This article is from the Australian Property Journal archive
DEVELOPER Sunkin Property Group will this weekend launch its $600 million urban regeneration project on the 9.34-hectare former CSIRO site in Melbourne’s bayside, in the biggest launch of its type this year.
Sunkin is bullish about a residential market recovery in the coming months, hoping to capitalise on it calls the “perfect storm” of purchaser demand outweighing constricted supply in Australia’s middle-ring suburbs.
It is launching the first two buildings of the Highett Common project, which will ultimately have 1,000 new apartments townhouses. The first release is of 167 apartments across two buildings, aimed at both owner occupiers and investors, and Sunkin is targeting over $30 million in sales this year. Construction of the stage one ison track to commence in late 2023/early 2024.
Sunkin paid $90 million for site at 37 Graham Road and 32 Middleton Street in 2020, and obtained approval late in 2021.
Property advisory firm Urbis estimates an additional 10,000 residents will be house-hunting in the Highett area specifically over the next 15 years.
“This presents a significant opportunity to create a more balanced housing market in these areas through urban regeneration projects like Highett Common,” said Urbis director, Mark Dawson, said.
“Underutilised land parcels can inject medium-density, well-designed product that sensitively integrate and complement the area’s existing character, whilst providing a range of dwelling types, sizes, and price points for wide market appeal.
“Supply has been constrained by several developers delaying project delivery due to the surging cost of construction last year. This has adversely affected the viability of some projects launched and sold prior to the increase,” he added.

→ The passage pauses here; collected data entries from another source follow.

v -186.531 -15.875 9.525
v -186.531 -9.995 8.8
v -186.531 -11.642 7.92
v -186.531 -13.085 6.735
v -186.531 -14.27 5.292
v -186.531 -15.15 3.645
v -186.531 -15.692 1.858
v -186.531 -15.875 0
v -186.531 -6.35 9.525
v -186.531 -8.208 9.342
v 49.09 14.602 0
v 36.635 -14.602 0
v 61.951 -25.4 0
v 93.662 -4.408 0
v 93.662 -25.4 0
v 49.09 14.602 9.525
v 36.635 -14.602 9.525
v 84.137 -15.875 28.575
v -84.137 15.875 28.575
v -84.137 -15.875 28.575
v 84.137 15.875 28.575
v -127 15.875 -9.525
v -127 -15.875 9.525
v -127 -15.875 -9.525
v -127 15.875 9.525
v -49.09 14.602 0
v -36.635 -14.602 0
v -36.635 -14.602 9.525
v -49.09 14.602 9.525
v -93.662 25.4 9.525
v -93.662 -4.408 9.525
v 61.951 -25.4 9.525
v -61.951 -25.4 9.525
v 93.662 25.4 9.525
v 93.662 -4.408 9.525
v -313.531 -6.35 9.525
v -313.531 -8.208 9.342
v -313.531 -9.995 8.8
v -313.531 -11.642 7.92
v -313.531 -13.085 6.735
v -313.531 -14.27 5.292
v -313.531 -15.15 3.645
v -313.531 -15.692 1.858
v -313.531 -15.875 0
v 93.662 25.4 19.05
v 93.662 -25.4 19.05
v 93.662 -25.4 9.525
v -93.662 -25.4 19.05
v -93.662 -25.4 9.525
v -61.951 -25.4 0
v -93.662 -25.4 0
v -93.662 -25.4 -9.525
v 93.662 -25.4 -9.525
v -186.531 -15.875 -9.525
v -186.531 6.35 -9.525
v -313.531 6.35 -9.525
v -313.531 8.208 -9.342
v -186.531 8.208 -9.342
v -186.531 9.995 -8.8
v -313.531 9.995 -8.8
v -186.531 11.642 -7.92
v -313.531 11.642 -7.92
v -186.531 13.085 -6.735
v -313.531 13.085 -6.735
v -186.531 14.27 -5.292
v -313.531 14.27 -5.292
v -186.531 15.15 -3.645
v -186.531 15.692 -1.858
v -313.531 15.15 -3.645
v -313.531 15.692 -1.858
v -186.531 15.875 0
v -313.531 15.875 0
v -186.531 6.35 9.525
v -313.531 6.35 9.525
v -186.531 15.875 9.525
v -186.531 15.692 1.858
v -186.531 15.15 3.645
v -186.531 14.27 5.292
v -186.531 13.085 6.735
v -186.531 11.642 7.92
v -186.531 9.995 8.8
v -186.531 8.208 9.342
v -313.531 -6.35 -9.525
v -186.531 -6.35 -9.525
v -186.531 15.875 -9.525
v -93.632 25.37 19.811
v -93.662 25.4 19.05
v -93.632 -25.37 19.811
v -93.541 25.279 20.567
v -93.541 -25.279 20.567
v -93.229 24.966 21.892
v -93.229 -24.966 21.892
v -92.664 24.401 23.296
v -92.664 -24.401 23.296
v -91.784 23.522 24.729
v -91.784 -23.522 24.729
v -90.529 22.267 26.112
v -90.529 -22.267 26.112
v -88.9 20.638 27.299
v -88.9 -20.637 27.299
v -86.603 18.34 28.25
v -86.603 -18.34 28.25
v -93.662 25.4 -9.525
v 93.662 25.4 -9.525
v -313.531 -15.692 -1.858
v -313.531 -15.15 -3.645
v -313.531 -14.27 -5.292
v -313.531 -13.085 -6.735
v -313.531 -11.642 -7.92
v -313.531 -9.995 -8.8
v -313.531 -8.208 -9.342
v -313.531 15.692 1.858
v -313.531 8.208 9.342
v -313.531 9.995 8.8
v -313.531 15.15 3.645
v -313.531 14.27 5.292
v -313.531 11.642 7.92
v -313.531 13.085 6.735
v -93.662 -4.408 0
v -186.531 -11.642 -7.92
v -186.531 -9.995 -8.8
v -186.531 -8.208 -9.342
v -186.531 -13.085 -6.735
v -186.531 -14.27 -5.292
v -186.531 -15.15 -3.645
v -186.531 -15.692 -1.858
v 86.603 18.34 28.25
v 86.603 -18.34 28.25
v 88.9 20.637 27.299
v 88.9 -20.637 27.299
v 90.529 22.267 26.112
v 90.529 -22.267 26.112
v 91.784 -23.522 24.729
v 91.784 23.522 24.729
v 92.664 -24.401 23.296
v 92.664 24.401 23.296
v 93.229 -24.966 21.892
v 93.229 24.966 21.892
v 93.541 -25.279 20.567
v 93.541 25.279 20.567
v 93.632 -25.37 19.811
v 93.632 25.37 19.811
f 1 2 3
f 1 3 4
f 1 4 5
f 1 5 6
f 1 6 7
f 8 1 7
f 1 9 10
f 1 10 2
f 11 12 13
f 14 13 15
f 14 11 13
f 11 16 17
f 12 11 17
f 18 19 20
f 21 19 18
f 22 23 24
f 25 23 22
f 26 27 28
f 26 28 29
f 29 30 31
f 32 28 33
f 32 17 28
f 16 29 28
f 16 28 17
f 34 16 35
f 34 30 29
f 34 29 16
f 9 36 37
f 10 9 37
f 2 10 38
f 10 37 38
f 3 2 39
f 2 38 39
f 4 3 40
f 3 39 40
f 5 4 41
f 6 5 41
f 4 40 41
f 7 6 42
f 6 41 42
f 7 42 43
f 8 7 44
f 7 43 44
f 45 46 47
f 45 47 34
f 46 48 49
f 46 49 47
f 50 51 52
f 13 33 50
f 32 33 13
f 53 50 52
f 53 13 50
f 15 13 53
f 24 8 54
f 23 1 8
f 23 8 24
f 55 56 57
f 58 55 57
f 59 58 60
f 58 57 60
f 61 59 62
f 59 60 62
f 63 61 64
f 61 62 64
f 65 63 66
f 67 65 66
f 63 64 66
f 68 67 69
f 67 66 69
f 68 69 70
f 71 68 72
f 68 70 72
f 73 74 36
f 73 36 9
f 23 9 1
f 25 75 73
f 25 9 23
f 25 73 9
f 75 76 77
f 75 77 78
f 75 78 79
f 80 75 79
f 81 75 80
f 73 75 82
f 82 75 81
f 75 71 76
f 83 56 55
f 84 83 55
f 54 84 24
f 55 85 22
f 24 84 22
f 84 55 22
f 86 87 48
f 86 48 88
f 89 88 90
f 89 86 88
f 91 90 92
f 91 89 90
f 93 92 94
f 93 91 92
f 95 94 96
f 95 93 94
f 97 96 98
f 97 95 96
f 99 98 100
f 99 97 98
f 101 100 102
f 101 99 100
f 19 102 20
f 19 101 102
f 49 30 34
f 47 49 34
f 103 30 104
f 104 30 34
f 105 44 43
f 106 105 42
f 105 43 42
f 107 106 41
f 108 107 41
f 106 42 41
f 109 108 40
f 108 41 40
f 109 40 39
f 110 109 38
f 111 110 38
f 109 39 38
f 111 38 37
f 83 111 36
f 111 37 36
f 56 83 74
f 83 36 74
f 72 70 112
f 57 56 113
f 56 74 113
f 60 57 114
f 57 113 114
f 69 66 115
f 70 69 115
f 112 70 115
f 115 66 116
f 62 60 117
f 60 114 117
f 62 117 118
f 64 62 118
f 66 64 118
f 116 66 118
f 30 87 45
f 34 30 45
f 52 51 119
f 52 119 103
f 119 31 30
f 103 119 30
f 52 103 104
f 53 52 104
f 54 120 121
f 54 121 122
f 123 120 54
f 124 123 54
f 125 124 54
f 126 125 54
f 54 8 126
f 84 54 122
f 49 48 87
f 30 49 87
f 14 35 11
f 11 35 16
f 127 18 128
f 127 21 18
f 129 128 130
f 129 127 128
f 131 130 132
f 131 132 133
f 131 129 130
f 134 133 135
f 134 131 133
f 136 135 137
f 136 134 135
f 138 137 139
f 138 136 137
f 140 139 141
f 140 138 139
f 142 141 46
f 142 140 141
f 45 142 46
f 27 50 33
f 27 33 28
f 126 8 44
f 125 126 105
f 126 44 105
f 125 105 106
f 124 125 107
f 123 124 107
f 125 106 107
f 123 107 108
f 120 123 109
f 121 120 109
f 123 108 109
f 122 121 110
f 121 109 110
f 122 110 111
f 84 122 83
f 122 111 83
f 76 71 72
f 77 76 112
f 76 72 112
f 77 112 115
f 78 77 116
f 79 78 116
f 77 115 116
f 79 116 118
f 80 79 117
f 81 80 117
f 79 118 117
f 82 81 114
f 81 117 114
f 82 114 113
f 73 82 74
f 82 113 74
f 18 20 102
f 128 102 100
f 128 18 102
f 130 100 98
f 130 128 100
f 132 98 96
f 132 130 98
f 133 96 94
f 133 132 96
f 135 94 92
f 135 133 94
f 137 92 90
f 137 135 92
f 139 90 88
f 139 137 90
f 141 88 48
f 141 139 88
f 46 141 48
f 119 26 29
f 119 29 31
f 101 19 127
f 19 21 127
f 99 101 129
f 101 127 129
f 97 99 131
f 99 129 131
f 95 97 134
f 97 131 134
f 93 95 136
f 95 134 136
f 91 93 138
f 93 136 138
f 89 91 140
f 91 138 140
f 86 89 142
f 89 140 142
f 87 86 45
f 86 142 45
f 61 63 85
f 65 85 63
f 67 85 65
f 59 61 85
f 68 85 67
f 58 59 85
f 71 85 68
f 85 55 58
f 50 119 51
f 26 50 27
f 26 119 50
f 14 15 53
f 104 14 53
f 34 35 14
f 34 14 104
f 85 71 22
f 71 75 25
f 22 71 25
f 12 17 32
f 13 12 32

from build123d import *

# Parameters (mm, degrees)
F0_W     = 187.325
F0_H     = 50.8
F1_DEPTH = 9.525
F3_R     = 9.525
F4_W     = 186.53125
F4_H     = 31.75
F5_DEPTH = 9.525
F7_DEPTH = 127
F9_DEPTH = 9.525


with BuildPart() as f1:
    # F0 (on Top) → F1 (new body, symmetric)
    with BuildSketch(Plane.XY):
        Rectangle(F0_W, F0_H)
    extrude(amount=F1_DEPTH, both=True)


with BuildPart() as f2_1:
    # F2: copy of F1
    add(f1.part.moved(Location((0, 0, 19.05))))

    # F3
    f3_edges = [f2_1.edges().sort_by_distance(p)[0] for p in [
        (0, -25.4, 28.575),
        (93.6625, 0, 28.575),
        (0, 25.4, 28.575),
        (-93.6625, 0, 28.575),
    ]]
    fillet(f3_edges, radius=F3_R)


with BuildPart() as f5:
    # F4 (on Top) → F5 (new body, symmetric)
    with BuildSketch(Plane.XY):
        with Locations((-220.265625, 0)):
            Rectangle(F4_W, F4_H)
    extrude(amount=F5_DEPTH, both=True)

    # F6 (on face) → F7 (cut)
    with BuildSketch(Plane(origin=(-313.53125, 0, 0), x_dir=(0, -1, 0), z_dir=(-1, 0, 0))):
        with BuildLine():
            ThreePointArc((-6.35, -9.525), (-13.0851920908, -6.7351920908), (-15.875, 0))
            Line((-15.875, 0), (-15.875, -9.525))
            Line((-15.875, -9.525), (-6.35, -9.525))
        make_face()
        with BuildLine():
            ThreePointArc((-15.875, 0), (-13.0851920908, 6.7351920908), (-6.35, 9.525))
            Line((-6.35, 9.525), (-15.875, 9.525))
            Line((-15.875, 9.525), (-15.875, 0))
        make_face()
        with BuildLine():
            Line((15.875, -9.525), (15.875, 0))
            ThreePointArc((15.875, 0), (13.0851920908, -6.7351920908), (6.35, -9.525))
            Line((6.35, -9.525), (15.875, -9.525))
        make_face()
        with BuildLine():
            ThreePointArc((6.35, 9.525), (13.0851920908, 6.7351920908), (15.875, 0))
            Line((15.875, 0), (15.875, 9.525))
            Line((15.875, 9.525), (6.35, 9.525))
        make_face()
    extrude(amount=-F7_DEPTH, mode=Mode.SUBTRACT)


with BuildPart() as f1_1:
    add(f1.part)

    # F8 (on face) → F9 (cut, symmetric)
    with BuildSketch(Plane.XY.offset(9.525)):
        Polygon((-93.6625, -4.4079467915), (-93.6625, -25.4), (-61.9510543443, -25.4), (-36.6345102841, -14.6023206751), (-49.0904897159, 14.6023206751), align=None)
        Polygon((49.0904897159, 14.6023206751), (36.6345102841, -14.6023206751), (61.9510543443, -25.4), (93.6625, -25.4), (93.6625, -4.4079467915), align=None)
    extrude(amount=F9_DEPTH, both=True, mode=Mode.SUBTRACT)


solid = Compound([f2_1.part, f5.part, f1_1.part])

Sunkin’s general manager, Lloyd Collins, public transport infrastructure, amenity, education and retail are all well-established in the location, but development is constrained by planning controls and a lack of sizeable in-fill sites.
Charter Keck Cramer director, Richard Temlett, said developers who will be launching residential projects into middle-ring suburbs in the coming months will likely be selling into an upward property cycle, often in areas where buying power is greater than metropolitan averages.
More than 80% of households in the Bayside area currently spend below the 30% threshold on their mortgages and rent, suggesting a higher propensity to drive upward price growth in the area over time, he said.
“The middle-ring is particularly well equipped to handle an increased density in housing, due to established transport networks and higher standard of liveability compared to greenfield developments for example.”
Sunkin commenced the delivery of extensive parklands and more than $10 million of site infrastructure works at Highett Common a year ago.
Collins said Sunkin had already received a number of enquiries from existing residents who have grown up in the wider Bayside area and are looking to live near existing social networks.
“Buyers have also been attracted by the substantial native parklands which we are delivering as the setting for our new dwellings,” he added.